[[ Record set, beginning ]]

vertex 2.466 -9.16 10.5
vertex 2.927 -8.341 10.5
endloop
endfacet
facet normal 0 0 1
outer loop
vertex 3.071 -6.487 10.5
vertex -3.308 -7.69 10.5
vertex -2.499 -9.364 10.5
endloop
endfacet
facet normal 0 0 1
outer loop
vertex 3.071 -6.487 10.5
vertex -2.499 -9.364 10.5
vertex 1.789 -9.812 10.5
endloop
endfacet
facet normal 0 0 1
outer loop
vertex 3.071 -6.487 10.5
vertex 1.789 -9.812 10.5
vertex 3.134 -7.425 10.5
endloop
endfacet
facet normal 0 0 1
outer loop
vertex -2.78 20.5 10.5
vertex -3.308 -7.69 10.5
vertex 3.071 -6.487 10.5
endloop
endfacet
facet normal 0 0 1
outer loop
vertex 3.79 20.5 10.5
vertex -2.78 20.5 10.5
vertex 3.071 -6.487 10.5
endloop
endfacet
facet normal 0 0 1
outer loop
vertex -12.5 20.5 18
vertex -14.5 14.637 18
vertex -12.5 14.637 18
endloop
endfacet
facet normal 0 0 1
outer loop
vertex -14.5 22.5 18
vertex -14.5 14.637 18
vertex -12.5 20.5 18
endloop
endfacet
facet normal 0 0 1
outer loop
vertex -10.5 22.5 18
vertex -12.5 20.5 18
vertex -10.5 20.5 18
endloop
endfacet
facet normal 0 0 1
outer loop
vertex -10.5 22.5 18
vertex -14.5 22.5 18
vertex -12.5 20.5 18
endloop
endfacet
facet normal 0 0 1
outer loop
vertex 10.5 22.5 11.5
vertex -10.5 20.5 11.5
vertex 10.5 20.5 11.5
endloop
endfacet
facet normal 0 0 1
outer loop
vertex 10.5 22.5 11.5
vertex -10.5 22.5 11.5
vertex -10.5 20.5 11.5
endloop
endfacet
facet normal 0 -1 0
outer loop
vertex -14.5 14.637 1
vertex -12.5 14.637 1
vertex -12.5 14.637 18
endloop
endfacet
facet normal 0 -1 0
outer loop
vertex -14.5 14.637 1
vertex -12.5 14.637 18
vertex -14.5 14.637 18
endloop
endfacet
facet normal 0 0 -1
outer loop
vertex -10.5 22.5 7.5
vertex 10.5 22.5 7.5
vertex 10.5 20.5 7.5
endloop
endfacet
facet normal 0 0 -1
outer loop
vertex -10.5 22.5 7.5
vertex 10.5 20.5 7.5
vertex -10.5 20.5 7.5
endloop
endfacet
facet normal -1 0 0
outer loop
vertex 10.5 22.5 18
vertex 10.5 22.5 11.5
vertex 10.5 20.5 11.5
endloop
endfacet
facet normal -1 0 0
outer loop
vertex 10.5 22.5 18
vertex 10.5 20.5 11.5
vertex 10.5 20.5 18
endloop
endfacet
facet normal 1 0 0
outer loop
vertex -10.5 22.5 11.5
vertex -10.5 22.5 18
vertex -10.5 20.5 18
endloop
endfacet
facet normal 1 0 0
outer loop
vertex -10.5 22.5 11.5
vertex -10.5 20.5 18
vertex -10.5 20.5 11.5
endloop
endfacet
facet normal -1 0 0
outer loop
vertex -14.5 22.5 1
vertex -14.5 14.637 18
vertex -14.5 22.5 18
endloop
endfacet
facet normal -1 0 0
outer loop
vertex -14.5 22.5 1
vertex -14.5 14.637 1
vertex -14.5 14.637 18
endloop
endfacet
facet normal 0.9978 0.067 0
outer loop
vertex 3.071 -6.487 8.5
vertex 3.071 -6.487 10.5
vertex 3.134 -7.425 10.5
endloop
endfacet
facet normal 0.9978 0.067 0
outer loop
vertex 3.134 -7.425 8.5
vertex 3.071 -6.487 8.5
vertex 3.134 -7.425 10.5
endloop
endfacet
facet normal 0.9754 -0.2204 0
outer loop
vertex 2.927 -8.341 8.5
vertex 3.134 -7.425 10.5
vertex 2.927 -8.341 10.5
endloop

[[ Record set, end ]]

Repeat the whole listing exactly.

vertex 2.466 -9.16 10.5
vertex 2.927 -8.341 10.5
endloop
endfacet
facet normal 0 0 1
outer loop
vertex 3.071 -6.487 10.5
vertex -3.308 -7.69 10.5
vertex -2.499 -9.364 10.5
endloop
endfacet
facet normal 0 0 1
outer loop
vertex 3.071 -6.487 10.5
vertex -2.499 -9.364 10.5
vertex 1.789 -9.812 10.5
endloop
endfacet
facet normal 0 0 1
outer loop
vertex 3.071 -6.487 10.5
vertex 1.789 -9.812 10.5
vertex 3.134 -7.425 10.5
endloop
endfacet
facet normal 0 0 1
outer loop
vertex -2.78 20.5 10.5
vertex -3.308 -7.69 10.5
vertex 3.071 -6.487 10.5
endloop
endfacet
facet normal 0 0 1
outer loop
vertex 3.79 20.5 10.5
vertex -2.78 20.5 10.5
vertex 3.071 -6.487 10.5
endloop
endfacet
facet normal 0 0 1
outer loop
vertex -12.5 20.5 18
vertex -14.5 14.637 18
vertex -12.5 14.637 18
endloop
endfacet
facet normal 0 0 1
outer loop
vertex -14.5 22.5 18
vertex -14.5 14.637 18
vertex -12.5 20.5 18
endloop
endfacet
facet normal 0 0 1
outer loop
vertex -10.5 22.5 18
vertex -12.5 20.5 18
vertex -10.5 20.5 18
endloop
endfacet
facet normal 0 0 1
outer loop
vertex -10.5 22.5 18
vertex -14.5 22.5 18
vertex -12.5 20.5 18
endloop
endfacet
facet normal 0 0 1
outer loop
vertex 10.5 22.5 11.5
vertex -10.5 20.5 11.5
vertex 10.5 20.5 11.5
endloop
endfacet
facet normal 0 0 1
outer loop
vertex 10.5 22.5 11.5
vertex -10.5 22.5 11.5
vertex -10.5 20.5 11.5
endloop
endfacet
facet normal 0 -1 0
outer loop
vertex -14.5 14.637 1
vertex -12.5 14.637 1
vertex -12.5 14.637 18
endloop
endfacet
facet normal 0 -1 0
outer loop
vertex -14.5 14.637 1
vertex -12.5 14.637 18
vertex -14.5 14.637 18
endloop
endfacet
facet normal 0 0 -1
outer loop
vertex -10.5 22.5 7.5
vertex 10.5 22.5 7.5
vertex 10.5 20.5 7.5
endloop
endfacet
facet normal 0 0 -1
outer loop
vertex -10.5 22.5 7.5
vertex 10.5 20.5 7.5
vertex -10.5 20.5 7.5
endloop
endfacet
facet normal -1 0 0
outer loop
vertex 10.5 22.5 18
vertex 10.5 22.5 11.5
vertex 10.5 20.5 11.5
endloop
endfacet
facet normal -1 0 0
outer loop
vertex 10.5 22.5 18
vertex 10.5 20.5 11.5
vertex 10.5 20.5 18
endloop
endfacet
facet normal 1 0 0
outer loop
vertex -10.5 22.5 11.5
vertex -10.5 22.5 18
vertex -10.5 20.5 18
endloop
endfacet
facet normal 1 0 0
outer loop
vertex -10.5 22.5 11.5
vertex -10.5 20.5 18
vertex -10.5 20.5 11.5
endloop
endfacet
facet normal -1 0 0
outer loop
vertex -14.5 22.5 1
vertex -14.5 14.637 18
vertex -14.5 22.5 18
endloop
endfacet
facet normal -1 0 0
outer loop
vertex -14.5 22.5 1
vertex -14.5 14.637 1
vertex -14.5 14.637 18
endloop
endfacet
facet normal 0.9978 0.067 0
outer loop
vertex 3.071 -6.487 8.5
vertex 3.071 -6.487 10.5
vertex 3.134 -7.425 10.5
endloop
endfacet
facet normal 0.9978 0.067 0
outer loop
vertex 3.134 -7.425 8.5
vertex 3.071 -6.487 8.5
vertex 3.134 -7.425 10.5
endloop
endfacet
facet normal 0.9754 -0.2204 0
outer loop
vertex 2.927 -8.341 8.5
vertex 3.134 -7.425 10.5
vertex 2.927 -8.341 10.5
endloop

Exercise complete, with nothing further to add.